**To do:**
If a line contains "with BuildPart() as", it is the last one to write out; begin with the first line of the records and copy each exactly.

(Stored data)
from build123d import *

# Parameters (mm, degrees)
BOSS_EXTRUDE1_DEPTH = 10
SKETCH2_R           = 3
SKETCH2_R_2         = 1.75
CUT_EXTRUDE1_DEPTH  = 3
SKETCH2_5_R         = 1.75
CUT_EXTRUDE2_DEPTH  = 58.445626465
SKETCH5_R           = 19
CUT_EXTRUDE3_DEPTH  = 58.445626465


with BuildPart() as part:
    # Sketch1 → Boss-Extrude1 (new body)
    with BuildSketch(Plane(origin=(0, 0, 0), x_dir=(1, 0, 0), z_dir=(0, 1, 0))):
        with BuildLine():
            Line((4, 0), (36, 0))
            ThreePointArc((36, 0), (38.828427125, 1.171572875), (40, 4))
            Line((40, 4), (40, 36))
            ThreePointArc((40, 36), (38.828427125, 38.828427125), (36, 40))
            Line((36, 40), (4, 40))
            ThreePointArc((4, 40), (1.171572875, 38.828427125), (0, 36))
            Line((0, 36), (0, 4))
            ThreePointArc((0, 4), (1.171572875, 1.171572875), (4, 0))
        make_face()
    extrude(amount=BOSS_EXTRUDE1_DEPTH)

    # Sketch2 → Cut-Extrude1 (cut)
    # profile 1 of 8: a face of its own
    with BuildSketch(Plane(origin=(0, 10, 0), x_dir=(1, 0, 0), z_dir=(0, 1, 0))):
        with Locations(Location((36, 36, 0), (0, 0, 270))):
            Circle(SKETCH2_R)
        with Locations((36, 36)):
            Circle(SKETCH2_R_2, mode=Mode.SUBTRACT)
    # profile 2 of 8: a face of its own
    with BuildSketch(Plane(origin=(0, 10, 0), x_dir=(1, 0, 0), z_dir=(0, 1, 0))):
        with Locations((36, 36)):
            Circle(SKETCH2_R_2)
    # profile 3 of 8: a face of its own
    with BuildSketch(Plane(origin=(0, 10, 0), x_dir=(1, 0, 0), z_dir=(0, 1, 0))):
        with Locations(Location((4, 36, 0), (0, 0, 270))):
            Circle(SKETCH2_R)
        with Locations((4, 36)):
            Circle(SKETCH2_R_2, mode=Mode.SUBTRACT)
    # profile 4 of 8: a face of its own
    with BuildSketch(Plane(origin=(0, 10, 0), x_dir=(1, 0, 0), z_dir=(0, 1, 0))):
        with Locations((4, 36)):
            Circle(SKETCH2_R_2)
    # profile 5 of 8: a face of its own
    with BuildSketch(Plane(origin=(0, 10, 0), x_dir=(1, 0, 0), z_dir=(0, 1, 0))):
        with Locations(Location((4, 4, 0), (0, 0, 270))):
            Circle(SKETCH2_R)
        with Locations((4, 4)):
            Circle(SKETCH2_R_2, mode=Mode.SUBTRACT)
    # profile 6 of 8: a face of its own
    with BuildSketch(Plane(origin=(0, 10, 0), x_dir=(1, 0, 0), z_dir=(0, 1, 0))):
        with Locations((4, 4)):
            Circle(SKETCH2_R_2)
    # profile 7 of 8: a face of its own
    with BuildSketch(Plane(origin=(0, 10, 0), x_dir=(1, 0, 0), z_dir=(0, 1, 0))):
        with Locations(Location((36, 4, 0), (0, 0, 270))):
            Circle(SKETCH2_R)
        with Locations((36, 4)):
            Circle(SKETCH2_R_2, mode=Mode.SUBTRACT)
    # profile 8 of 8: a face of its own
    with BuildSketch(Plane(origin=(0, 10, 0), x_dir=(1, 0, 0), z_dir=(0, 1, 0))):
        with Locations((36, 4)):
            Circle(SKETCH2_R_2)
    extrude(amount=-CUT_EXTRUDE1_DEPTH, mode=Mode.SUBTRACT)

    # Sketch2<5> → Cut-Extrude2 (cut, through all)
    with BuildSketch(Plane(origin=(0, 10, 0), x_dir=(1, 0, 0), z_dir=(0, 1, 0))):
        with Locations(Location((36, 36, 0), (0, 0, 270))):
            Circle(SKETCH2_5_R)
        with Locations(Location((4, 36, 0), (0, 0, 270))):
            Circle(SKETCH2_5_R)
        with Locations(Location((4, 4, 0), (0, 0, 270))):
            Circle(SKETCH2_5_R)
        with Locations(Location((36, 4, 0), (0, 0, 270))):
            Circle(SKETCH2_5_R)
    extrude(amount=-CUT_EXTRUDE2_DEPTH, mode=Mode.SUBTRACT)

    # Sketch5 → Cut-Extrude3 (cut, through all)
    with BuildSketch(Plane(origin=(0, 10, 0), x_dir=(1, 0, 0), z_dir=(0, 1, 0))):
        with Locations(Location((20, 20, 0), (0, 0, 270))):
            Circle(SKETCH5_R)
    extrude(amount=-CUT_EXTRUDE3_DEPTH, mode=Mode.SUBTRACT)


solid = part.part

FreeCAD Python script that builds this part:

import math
import FreeCAD as App
import Part
import Sketcher
Q = App.Units.Quantity

doc = App.newDocument("Part")
body = doc.addObject("PartDesign::Body", "Body")

# Sketch on XZ plane
sketch1 = body.newObject("Sketcher::SketchObject", "Sketch")
sketch1.AttachmentSupport = (doc.getObject("XZ_Plane"), [""])
sketch1.MapMode = "FlatFace"
sketch1.addGeometry([
    Part.LineSegment(App.Vector(4, 0, 0), App.Vector(36, 0, 0)),  # 0
    Part.ArcOfCircle(Part.Circle(App.Vector(36, -4, 0), App.Vector(0, 0, 1), 4), math.radians(0), math.radians(90)),  # 1
    Part.LineSegment(App.Vector(40, -4, 0), App.Vector(40, -36, 0)),  # 2
    Part.ArcOfCircle(Part.Circle(App.Vector(36, -36, 0), App.Vector(0, 0, 1), 4), math.radians(-90), math.radians(0)),  # 3
    Part.LineSegment(App.Vector(36, -40, 0), App.Vector(4, -40, 0)),  # 4
    Part.ArcOfCircle(Part.Circle(App.Vector(4, -36, 0), App.Vector(0, 0, 1), 4), math.radians(180), math.radians(270)),  # 5
    Part.LineSegment(App.Vector(0, -36, 0), App.Vector(0, -4, 0)),  # 6
    Part.ArcOfCircle(Part.Circle(App.Vector(4, -4, 0), App.Vector(0, 0, 1), 4), math.radians(90), math.radians(180)),  # 7
], False)
sketch1.addConstraint([
    Sketcher.Constraint("Tangent", 0, 2, 1, 2),
    Sketcher.Constraint("Tangent", 1, 1, 2, 1),
    Sketcher.Constraint("Tangent", 2, 2, 3, 2),
    Sketcher.Constraint("Tangent", 3, 1, 4, 1),
    Sketcher.Constraint("Tangent", 4, 2, 5, 2),
    Sketcher.Constraint("Tangent", 5, 1, 6, 1),
    Sketcher.Constraint("Tangent", 6, 2, 7, 2),
    Sketcher.Constraint("Tangent", 7, 1, 0, 1),
    Sketcher.Constraint("Horizontal", 0),
    Sketcher.Constraint("Vertical", 2),
    Sketcher.Constraint("Horizontal", 4),
    Sketcher.Constraint("Vertical", 6),
    Sketcher.Constraint("Equal", 1, 3),
    Sketcher.Constraint("Equal", 3, 5),
    Sketcher.Constraint("Equal", 5, 7),
    Sketcher.Constraint("PointOnObject", 0, 2, -1),
    Sketcher.Constraint("PointOnObject", 5, 1, -2),
    Sketcher.Constraint("Equal", 4, 2),
    Sketcher.Constraint("Radius", 1, Q("4 mm")),
    Sketcher.Constraint("DistanceX", 0, 1, 0, 2, Q("32 mm")),
])
pad1 = body.newObject("PartDesign::Pad", "Pad")
pad1.Profile = sketch1
pad1.Length = 10
pad1.Reversed = True

# Sketch on XZ plane
sketch2 = body.newObject("Sketcher::SketchObject", "Sketch001")
sketch2.AttachmentSupport = (doc.getObject("XZ_Plane"), [""])
sketch2.MapMode = "FlatFace"
sketch2.AttachmentOffset = App.Placement(App.Vector(0, 0, -10), App.Rotation())
sketch2.addGeometry([
    Part.Circle(App.Vector(36, -36, 0), App.Vector(0, 0, 1), 3),
    Part.Circle(App.Vector(4, -36, 0), App.Vector(0, 0, 1), 3),
    Part.Circle(App.Vector(4, -4, 0), App.Vector(0, 0, 1), 3),
    Part.Circle(App.Vector(36, -4, 0), App.Vector(0, 0, 1), 3),
], False)
sketch2.addConstraint([
    Sketcher.Constraint("Equal", 0, 1),
    Sketcher.Constraint("Equal", 1, 2),
    Sketcher.Constraint("Equal", 2, 3),
    Sketcher.Constraint("Horizontal", 0, 3, 1, 3),
    Sketcher.Constraint("Horizontal", 2, 3, 3, 3),
    Sketcher.Constraint("Vertical", 1, 3, 2, 3),
    Sketcher.Constraint("Vertical", 0, 3, 3, 3),
    Sketcher.Constraint("Diameter", 0, Q("6 mm")),
    Sketcher.Constraint("DistanceX", -1, 1, 0, 3, Q("36 mm")),
    Sketcher.Constraint("DistanceY", 0, 3, -1, 1, Q("36 mm")),
    Sketcher.Constraint("DistanceX", -1, 1, 1, 3, Q("4 mm")),
    Sketcher.Constraint("DistanceY", 2, 3, -1, 1, Q("4 mm")),
])
pocket1 = body.newObject("PartDesign::Pocket", "Pocket")
pocket1.Profile = sketch2
pocket1.Length = 3
pocket1.Reversed = True

# Sketch on XZ plane
sketch3 = body.newObject("Sketcher::SketchObject", "Sketch002")
sketch3.AttachmentSupport = (doc.getObject("XZ_Plane"), [""])
sketch3.MapMode = "FlatFace"
sketch3.AttachmentOffset = App.Placement(App.Vector(0, 0, -10), App.Rotation())
sketch3.addGeometry([
    Part.Circle(App.Vector(36, -36, 0), App.Vector(0, 0, 1), 1.8),
    Part.Circle(App.Vector(4, -36, 0), App.Vector(0, 0, 1), 1.8),
    Part.Circle(App.Vector(4, -4, 0), App.Vector(0, 0, 1), 1.8),
    Part.Circle(App.Vector(36, -4, 0), App.Vector(0, 0, 1), 1.8),
], False)
sketch3.addConstraint([
    Sketcher.Constraint("Equal", 0, 1),
    Sketcher.Constraint("Equal", 1, 2),
    Sketcher.Constraint("Equal", 2, 3),
    Sketcher.Constraint("Horizontal", 0, 3, 1, 3),
    Sketcher.Constraint("Horizontal", 2, 3, 3, 3),
    Sketcher.Constraint("Vertical", 1, 3, 2, 3),
    Sketcher.Constraint("Vertical", 0, 3, 3, 3),
    Sketcher.Constraint("Diameter", 0, Q("3.5 mm")),
    Sketcher.Constraint("DistanceX", -1, 1, 0, 3, Q("36 mm")),
    Sketcher.Constraint("DistanceY", 0, 3, -1, 1, Q("36 mm")),
    Sketcher.Constraint("DistanceX", -1, 1, 1, 3, Q("4 mm")),
    Sketcher.Constraint("DistanceY", 2, 3, -1, 1, Q("4 mm")),
])
pocket2 = body.newObject("PartDesign::Pocket", "Pocket001")
pocket2.Profile = sketch3
pocket2.Type = "ThroughAll"
pocket2.Reversed = True

# Sketch on XZ plane
sketch4 = body.newObject("Sketcher::SketchObject", "Sketch003")
sketch4.AttachmentSupport = (doc.getObject("XZ_Plane"), [""])
sketch4.MapMode = "FlatFace"
sketch4.AttachmentOffset = App.Placement(App.Vector(0, 0, -10), App.Rotation())
sketch4.addGeometry(Part.Circle(App.Vector(20, -20, 0), App.Vector(0, 0, 1), 19), False)
sketch4.addConstraint([
    Sketcher.Constraint("Diameter", 0, Q("38 mm")),
    Sketcher.Constraint("DistanceX", -1, 1, 0, 3, Q("20 mm")),
    Sketcher.Constraint("DistanceY", 0, 3, -1, 1, Q("20 mm")),
])
pocket3 = body.newObject("PartDesign::Pocket", "Pocket002")
pocket3.Profile = sketch4
pocket3.Type = "ThroughAll"
pocket3.Reversed = True

doc.recompute()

**Answer to this task:**
from build123d import *

# Parameters (mm, degrees)
BOSS_EXTRUDE1_DEPTH = 10
SKETCH2_R           = 3
SKETCH2_R_2         = 1.75
CUT_EXTRUDE1_DEPTH  = 3
SKETCH2_5_R         = 1.75
CUT_EXTRUDE2_DEPTH  = 58.445626465
SKETCH5_R           = 19
CUT_EXTRUDE3_DEPTH  = 58.445626465


with BuildPart() as part:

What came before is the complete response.